Najciekawiej na końcu stawki
Co dla jednych jest podłogą, dla innych jest sufitem. Gdy na czele Piastri walczył z Hamiltonem, poniżej 10. miejsca rozgorzała najciekawsza walka w Grand Prix Arabii Saudyjskiej. Miejsce to okupował Nico Hulkenberg. Wszystko zaczęło się, gdy jego partner z Haasa, Kevin Magnussen, zbyt odważnie zaatakował Yukiego Tsunodę. Wyjechał poza tor i dostał 10 sekund kary (potem dostał kolejne 10). Magnussen i tak będąc ukaranym postanowił utrudniać życie pozostałym kierowcom. Był on 12. i celowo wstrzymywał resztę stawki, by Hulkenberg mógł odjechać. Utworzył się „pociąg”, gdzie za Magnussenem byli Yuki Tsunoda, Alex Albon, Esteban Ocon i Logan Sargeant.
Wszyscy kierowcy przez wiele okrążeń walczyli ze sobą. Podczas gdy Tsunoda próbował wyprzedzić Magnussena i wskoczyć na 12. miejsce… spadł na 14., bo szybszy był Ocon. I tak w kółko. Pięciu kierowców zagwarantowało najbardziej emocjonujący pojedynek podczas Grand Prix Arabii Saudyjskiej. Magnussen i Haas dopięli jednak swego. Hulkenberg dojechał na 10. miejscu i zdobył punkt. Tymczasem po pit-stopach Lewisa Hamiltona i Lando Norrisa, Ollie Bearman awansował na 7. miejsce. Pomimo presji ze strony obu doświadczonych kierowców, debiutant jechał bardzo dobrze i utrzymał wywalczoną pozycję. Zdominował też głosowanie na kierowcę dnia. Wszystkiemu w garażu Ferrari przyglądał się dumny tata wraz z samym szefem marki, Johnem Elkannem.
Kolejny rekord Maxa
Po raz kolejny triumfował Max Verstappen. To było już 55. zwycięstwo Holendra w karierze. Pobił też rekord najmłodszego kierowcy, który osiągnął 100 podiów w F1. Za nim wyścig ukończył Sergio Perez, a trzeci był Charles Leclerc. Meksykanin przez cały wyścig prezentował bardzo dobre tempo. Nawet kara 5. sekund nie przeszkodziła mu zbytnio w osiągnięciu 2. podium z rzędu. Za to dla kierowcy Ferrari było to pierwsze podium w sezonie. Wyścig na 4. miejscu ukończył Oscar Piastri, a na 5. Fernando Alonso.
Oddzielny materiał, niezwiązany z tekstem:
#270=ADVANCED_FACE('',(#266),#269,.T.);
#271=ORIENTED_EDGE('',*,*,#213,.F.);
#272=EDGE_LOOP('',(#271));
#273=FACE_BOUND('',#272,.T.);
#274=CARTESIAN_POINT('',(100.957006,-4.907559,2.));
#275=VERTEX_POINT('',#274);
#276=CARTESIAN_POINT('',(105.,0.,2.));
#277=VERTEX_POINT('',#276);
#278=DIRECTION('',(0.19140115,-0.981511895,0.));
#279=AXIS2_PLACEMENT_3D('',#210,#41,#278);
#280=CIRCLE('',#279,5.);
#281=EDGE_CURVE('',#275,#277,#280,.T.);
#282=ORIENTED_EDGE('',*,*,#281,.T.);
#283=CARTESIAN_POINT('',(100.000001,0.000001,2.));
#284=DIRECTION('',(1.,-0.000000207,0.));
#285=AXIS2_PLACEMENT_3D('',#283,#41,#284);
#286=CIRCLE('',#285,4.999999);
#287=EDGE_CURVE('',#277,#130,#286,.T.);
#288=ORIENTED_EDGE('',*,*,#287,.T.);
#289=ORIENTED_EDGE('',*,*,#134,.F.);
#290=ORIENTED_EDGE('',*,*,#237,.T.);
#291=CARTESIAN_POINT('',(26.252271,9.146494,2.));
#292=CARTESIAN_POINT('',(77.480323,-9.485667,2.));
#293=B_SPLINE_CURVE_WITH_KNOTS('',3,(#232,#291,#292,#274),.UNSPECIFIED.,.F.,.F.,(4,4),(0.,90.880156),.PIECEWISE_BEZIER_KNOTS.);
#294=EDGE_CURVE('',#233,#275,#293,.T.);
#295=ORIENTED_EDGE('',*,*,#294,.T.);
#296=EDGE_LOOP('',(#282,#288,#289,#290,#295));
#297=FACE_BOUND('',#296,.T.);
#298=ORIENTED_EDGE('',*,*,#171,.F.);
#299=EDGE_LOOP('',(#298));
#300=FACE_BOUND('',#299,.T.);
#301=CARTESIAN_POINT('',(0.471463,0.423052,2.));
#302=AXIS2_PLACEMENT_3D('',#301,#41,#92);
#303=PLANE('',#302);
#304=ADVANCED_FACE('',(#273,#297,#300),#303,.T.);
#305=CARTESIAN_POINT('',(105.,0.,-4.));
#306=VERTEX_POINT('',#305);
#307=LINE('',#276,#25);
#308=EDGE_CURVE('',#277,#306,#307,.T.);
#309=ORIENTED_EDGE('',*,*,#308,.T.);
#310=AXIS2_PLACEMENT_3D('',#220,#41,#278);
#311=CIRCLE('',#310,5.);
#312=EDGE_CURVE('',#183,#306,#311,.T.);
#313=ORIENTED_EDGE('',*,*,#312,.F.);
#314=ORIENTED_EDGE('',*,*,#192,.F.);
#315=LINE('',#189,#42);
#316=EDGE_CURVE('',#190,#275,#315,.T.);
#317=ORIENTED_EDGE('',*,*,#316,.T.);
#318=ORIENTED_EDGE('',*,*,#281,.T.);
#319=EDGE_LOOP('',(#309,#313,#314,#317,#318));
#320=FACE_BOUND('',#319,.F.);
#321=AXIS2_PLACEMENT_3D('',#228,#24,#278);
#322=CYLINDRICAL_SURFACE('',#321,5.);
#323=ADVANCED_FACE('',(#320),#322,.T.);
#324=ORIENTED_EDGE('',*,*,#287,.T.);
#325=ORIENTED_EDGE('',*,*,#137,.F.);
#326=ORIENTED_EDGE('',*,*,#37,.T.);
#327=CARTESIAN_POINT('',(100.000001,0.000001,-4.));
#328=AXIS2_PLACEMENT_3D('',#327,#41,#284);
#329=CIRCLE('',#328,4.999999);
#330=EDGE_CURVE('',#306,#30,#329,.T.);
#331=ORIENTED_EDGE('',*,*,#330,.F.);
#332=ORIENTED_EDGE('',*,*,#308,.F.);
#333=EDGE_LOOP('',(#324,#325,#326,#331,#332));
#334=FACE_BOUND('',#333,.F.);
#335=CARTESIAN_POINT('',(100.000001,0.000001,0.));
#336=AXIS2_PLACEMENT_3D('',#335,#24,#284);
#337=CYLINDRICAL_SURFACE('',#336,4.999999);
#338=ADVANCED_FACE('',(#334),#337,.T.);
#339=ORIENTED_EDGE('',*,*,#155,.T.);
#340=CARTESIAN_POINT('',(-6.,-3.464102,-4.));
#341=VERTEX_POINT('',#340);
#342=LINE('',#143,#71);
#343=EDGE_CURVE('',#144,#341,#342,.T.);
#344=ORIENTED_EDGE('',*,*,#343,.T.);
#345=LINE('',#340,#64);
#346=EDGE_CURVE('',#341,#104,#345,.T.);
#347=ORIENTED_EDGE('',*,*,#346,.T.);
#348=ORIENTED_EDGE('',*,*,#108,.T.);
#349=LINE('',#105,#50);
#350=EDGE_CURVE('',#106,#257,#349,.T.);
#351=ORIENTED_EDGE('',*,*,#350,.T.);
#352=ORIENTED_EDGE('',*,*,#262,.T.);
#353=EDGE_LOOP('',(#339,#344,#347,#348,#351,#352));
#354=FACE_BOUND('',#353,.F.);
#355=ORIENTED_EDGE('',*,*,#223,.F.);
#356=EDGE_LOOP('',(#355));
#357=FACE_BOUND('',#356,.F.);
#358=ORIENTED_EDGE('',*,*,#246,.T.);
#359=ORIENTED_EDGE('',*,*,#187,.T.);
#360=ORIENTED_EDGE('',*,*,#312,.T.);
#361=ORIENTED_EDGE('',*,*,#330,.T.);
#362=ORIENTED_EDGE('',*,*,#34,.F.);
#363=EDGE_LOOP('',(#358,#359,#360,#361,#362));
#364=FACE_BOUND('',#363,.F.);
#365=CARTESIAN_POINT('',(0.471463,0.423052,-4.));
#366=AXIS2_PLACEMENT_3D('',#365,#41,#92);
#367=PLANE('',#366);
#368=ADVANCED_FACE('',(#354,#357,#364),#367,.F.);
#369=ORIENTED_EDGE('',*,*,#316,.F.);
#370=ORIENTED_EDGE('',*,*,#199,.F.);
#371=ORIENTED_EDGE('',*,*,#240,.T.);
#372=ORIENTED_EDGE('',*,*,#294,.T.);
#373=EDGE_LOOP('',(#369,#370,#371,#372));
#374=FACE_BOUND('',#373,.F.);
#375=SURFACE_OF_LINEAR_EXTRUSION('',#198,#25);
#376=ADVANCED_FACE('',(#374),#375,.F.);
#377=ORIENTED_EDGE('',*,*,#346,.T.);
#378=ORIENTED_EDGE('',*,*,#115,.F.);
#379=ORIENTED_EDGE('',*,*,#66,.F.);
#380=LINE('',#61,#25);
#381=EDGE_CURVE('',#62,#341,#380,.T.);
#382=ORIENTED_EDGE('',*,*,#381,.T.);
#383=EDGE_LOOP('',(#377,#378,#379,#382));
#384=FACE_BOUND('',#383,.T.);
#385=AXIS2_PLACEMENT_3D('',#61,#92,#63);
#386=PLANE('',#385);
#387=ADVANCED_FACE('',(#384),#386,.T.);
Na ostatnim okrążeniu najlepszy czas wykręcił Charles Leclerc. W Grand Prix Arabii Saudyjskiej gwiazdą był jednak Ollie Bearman. 18-latek podołał trudnemu zadaniu i godnie zastąpił Carlosa Sainza. Po wyścigu gratulowali mu Lewis Hamilton i George Russell. Charles Leclerc powiedział nawet, że kwestią czasu jest, kiedy zobaczymy go w F1 na stałe. Po dwóch wyścigach można już stwierdzić, iż dominacja Red Bulla jest ogromna. W Arabii Saudyjskiej byli bezkonkurencyjni i niewiele wskazuje na to, żeby coś się zmieniło. Następny wyścig odbędzie się za dwa tygodnie na Albert Park w Australii.